Design of the Alexandria Ontology
The design of the Alexandria Ontology was basically driven by practical demands of
the application as well as linguistic considerations. According to [7], our approach can
be seen as a unification of the “Type 4” and the “Type 3” approaches to ontology
creation. The knowledge base has to meet the following requirements:

Linguistic Suitability The data model needs to be suitable for natural language
   question answering, i.e. mapping natural language parse tree structures onto our
   data must be possible.
LOD Compatibility Compatibility with existing LOD sources like Freebase and DB-
   Pedia needs to be maintained in order to facilitate mass data import for practical
   use.
Scalability Large amounts of data need to be stored, maintained and updated while
   keeping the time for answering a question at minimum.

    One of the major aspects relating to linguistic suitability in the Alexandria use case
is that its target domain goes beyond what we refer to in the following as attributive
data, i.e. data about things that are commonly known as named entities like persons,
organizations, places, etc. In addition, the domain was designed to contain what we
call eventive data, i.e. (historic) events and relations to participants within them.
    As mentioned above, there are certain relations, such as birth, where this distinction
is not important, because n-ary relations consisting of unique binary parts (like place
and date of birth) can be covered by joining on a participant (the person) as proposed
in [4]. The distinction between eventive and attributive data becomes important when
relations are involved, which (may) occur repetitively and/or include a time span.

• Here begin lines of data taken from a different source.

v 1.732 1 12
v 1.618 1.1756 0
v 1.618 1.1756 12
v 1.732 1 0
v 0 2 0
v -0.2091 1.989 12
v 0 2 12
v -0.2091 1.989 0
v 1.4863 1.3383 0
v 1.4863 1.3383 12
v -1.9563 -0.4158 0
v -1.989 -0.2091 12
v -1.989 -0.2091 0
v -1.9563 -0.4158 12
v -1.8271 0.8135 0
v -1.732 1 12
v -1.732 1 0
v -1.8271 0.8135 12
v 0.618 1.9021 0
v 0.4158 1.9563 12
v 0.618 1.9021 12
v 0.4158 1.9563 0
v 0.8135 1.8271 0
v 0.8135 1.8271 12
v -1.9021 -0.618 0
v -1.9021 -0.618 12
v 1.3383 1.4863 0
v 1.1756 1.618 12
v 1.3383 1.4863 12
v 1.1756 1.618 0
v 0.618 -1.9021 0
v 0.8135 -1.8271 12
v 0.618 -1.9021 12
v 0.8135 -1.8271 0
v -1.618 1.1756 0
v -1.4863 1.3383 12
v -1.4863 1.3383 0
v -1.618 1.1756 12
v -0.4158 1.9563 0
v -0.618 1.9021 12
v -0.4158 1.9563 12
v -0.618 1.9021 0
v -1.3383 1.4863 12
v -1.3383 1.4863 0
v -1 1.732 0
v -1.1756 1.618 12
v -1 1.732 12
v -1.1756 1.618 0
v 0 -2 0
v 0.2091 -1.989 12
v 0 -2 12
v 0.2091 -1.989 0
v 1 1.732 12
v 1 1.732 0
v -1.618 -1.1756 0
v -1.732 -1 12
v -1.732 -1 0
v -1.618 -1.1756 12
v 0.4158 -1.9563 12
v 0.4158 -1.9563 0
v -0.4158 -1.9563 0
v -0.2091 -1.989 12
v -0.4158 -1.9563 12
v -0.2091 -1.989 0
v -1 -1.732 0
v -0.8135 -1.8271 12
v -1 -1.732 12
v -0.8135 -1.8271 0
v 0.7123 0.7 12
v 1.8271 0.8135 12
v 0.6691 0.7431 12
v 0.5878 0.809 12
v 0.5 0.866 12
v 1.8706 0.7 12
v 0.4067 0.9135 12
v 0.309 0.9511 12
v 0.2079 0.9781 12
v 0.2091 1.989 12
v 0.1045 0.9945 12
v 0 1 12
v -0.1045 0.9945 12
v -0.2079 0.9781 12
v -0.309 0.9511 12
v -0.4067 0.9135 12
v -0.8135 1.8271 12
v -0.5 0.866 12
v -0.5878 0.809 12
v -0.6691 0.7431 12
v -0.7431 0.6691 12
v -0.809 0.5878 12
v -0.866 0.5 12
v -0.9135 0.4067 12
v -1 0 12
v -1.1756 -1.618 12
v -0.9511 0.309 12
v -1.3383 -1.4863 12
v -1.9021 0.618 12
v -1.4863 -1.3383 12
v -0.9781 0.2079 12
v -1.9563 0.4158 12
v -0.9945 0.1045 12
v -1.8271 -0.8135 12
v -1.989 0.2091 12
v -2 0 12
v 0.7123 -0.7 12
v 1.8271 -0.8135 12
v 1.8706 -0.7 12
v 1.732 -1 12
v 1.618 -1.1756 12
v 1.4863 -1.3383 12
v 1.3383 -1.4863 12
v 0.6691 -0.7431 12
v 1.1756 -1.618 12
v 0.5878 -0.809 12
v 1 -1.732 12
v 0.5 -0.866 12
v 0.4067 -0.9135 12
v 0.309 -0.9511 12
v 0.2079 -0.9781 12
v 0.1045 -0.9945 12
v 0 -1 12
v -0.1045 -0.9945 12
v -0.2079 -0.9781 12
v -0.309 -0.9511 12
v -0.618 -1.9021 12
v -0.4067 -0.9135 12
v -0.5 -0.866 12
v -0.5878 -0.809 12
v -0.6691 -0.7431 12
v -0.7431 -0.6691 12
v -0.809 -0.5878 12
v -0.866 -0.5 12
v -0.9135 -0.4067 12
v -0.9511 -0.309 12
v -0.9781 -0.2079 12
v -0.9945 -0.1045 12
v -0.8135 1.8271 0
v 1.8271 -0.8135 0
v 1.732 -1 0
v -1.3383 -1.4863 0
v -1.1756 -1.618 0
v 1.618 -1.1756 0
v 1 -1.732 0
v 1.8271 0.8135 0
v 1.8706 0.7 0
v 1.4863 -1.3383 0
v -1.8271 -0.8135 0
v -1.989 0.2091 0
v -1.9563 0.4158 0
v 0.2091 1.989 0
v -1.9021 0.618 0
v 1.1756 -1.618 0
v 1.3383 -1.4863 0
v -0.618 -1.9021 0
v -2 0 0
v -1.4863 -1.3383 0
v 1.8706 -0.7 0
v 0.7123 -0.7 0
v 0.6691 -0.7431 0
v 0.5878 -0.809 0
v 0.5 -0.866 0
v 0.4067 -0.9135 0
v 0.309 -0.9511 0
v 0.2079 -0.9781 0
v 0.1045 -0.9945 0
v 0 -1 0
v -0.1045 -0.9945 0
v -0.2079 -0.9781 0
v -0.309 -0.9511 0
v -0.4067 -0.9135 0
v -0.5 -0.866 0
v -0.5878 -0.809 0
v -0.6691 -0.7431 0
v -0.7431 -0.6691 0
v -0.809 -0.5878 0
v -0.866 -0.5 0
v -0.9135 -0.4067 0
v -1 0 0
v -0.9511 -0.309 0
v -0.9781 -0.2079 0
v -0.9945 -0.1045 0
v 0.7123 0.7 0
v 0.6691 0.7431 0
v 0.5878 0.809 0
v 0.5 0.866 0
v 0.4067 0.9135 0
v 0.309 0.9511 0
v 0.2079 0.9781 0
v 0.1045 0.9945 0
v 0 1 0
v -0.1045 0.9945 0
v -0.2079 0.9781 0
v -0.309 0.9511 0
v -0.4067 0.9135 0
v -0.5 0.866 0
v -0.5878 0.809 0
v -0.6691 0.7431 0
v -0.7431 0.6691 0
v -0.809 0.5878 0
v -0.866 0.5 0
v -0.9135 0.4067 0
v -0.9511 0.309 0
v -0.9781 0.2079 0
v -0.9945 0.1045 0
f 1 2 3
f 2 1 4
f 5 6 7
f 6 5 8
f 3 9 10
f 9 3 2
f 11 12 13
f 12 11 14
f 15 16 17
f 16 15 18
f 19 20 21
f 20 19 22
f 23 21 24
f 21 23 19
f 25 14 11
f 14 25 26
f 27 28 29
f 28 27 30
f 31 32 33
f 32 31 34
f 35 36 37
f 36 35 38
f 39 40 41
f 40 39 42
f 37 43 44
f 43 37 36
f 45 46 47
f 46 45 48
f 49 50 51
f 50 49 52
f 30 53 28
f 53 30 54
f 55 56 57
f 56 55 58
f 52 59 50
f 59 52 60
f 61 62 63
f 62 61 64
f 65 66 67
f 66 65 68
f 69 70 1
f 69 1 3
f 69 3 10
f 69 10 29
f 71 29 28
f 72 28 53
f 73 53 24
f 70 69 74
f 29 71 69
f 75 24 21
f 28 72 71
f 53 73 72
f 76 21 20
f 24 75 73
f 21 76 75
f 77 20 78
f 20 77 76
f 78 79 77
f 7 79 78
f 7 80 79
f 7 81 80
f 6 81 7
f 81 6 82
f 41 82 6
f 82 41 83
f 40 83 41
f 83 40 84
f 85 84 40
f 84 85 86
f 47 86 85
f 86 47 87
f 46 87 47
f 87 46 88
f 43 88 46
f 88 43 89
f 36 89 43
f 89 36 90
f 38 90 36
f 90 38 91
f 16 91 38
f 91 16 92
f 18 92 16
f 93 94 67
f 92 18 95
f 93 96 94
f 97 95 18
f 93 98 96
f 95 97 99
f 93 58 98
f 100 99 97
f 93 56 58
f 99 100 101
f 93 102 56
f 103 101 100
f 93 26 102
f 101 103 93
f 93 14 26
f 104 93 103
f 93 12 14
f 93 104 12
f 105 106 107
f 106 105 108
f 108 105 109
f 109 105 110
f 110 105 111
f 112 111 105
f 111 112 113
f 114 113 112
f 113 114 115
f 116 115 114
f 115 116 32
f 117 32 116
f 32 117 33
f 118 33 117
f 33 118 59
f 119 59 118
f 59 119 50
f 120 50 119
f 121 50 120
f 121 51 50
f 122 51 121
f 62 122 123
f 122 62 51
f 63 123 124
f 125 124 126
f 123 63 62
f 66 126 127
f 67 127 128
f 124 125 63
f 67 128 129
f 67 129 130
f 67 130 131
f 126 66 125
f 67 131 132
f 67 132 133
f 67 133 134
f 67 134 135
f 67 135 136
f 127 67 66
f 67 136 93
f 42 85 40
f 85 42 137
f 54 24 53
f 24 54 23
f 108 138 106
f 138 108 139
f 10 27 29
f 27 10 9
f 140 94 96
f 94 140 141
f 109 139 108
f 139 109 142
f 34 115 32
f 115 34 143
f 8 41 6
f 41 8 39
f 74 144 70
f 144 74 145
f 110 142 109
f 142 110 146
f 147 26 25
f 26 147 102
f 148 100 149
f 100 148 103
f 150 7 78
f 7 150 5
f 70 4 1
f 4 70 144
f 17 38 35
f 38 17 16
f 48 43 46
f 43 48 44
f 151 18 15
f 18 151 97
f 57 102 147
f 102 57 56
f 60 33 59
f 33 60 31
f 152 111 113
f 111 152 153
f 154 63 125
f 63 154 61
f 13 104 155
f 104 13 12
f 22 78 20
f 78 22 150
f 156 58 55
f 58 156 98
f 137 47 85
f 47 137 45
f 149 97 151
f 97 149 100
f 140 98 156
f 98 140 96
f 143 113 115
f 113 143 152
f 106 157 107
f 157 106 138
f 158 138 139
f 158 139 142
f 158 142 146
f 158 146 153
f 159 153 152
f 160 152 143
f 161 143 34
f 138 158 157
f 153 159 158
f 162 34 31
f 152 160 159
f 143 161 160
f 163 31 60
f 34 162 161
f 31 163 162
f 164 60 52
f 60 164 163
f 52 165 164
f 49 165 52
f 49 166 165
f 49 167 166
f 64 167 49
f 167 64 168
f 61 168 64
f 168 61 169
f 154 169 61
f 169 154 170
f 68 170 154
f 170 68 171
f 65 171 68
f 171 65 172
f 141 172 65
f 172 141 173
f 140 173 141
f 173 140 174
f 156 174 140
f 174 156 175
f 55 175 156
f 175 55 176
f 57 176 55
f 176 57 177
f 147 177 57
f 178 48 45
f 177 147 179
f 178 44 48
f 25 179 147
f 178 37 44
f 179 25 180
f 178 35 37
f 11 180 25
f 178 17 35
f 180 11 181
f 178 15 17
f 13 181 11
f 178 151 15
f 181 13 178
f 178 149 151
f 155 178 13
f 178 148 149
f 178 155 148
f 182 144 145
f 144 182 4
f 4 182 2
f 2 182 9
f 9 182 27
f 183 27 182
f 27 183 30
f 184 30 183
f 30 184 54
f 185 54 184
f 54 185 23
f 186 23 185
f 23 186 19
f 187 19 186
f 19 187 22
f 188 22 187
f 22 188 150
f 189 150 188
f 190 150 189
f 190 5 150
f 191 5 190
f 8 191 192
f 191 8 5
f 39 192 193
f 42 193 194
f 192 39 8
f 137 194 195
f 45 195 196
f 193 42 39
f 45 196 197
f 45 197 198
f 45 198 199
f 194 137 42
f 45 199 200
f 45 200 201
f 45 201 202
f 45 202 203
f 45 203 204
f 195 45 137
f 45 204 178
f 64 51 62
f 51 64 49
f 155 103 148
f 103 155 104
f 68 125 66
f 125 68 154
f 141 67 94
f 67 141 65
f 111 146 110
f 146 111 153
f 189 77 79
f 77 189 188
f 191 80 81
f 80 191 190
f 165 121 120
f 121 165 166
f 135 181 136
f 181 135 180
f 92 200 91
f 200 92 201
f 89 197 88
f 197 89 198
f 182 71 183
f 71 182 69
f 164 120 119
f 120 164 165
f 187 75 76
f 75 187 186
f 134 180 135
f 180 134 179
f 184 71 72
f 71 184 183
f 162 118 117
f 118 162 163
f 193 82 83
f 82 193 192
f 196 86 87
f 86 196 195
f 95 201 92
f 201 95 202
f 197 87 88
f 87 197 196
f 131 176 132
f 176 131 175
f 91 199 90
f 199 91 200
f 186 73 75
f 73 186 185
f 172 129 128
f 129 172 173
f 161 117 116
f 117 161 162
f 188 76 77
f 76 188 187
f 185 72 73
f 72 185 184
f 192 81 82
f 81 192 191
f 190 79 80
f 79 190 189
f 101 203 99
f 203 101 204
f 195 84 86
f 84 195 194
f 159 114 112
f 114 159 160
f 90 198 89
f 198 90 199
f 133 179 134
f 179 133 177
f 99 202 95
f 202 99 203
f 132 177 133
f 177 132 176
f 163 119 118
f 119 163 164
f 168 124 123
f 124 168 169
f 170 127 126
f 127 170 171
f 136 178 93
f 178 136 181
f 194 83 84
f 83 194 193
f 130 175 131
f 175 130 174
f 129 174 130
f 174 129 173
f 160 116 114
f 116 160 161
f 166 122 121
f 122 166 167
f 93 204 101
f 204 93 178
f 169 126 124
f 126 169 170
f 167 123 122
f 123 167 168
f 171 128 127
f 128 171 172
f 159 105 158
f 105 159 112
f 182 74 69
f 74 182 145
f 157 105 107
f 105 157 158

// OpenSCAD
// Slotted roll pin.
$fn = 60;
eps = 0.02;
inner_d = 2;
outer_d = 4;
length = 12;
slot = 1.4;
difference() {
    cylinder(d=outer_d,h=length);
    translate([0,0,-eps]) cylinder(d=inner_d,h=length+2*eps);
    translate([0,-slot/2,-eps]) cube([outer_d/2+eps,slot,length+2*eps]);
}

Questions like “Who was married to Angelina Jolie in 2001?” and “Which subject
did Angela Merkel major in at the German Academy of Sciences?” can no longer be
generally answered by joining binary facts.
    It is possible to model such eventive n-ary facts as proposed in Pattern 1, use case
3 of the W3C Working Group Note on N-ary Relations on the Semantic Web8 . This
approach is also close to the semantic model advocated in Neo-Davidsonian theories
[12], where participants in an event are connected to the event using roles.
    As for the aspect of LOD compatibility, it is our aim to access existing large-
scale sources to populate our knowledge base. DBpedia was the first LOD source to
retrieve and constantly update its data repository by crawling Wikipedia9 . Apart from
its possibilities for end-users to add and update information, the majority of data
contained in Freebase is obtained from Wikipedia as well. Therefore, using one (or
both) of these sources is an obvious starting point for harvesting information on a
broad range of popular entities, as it is required by Alexandria.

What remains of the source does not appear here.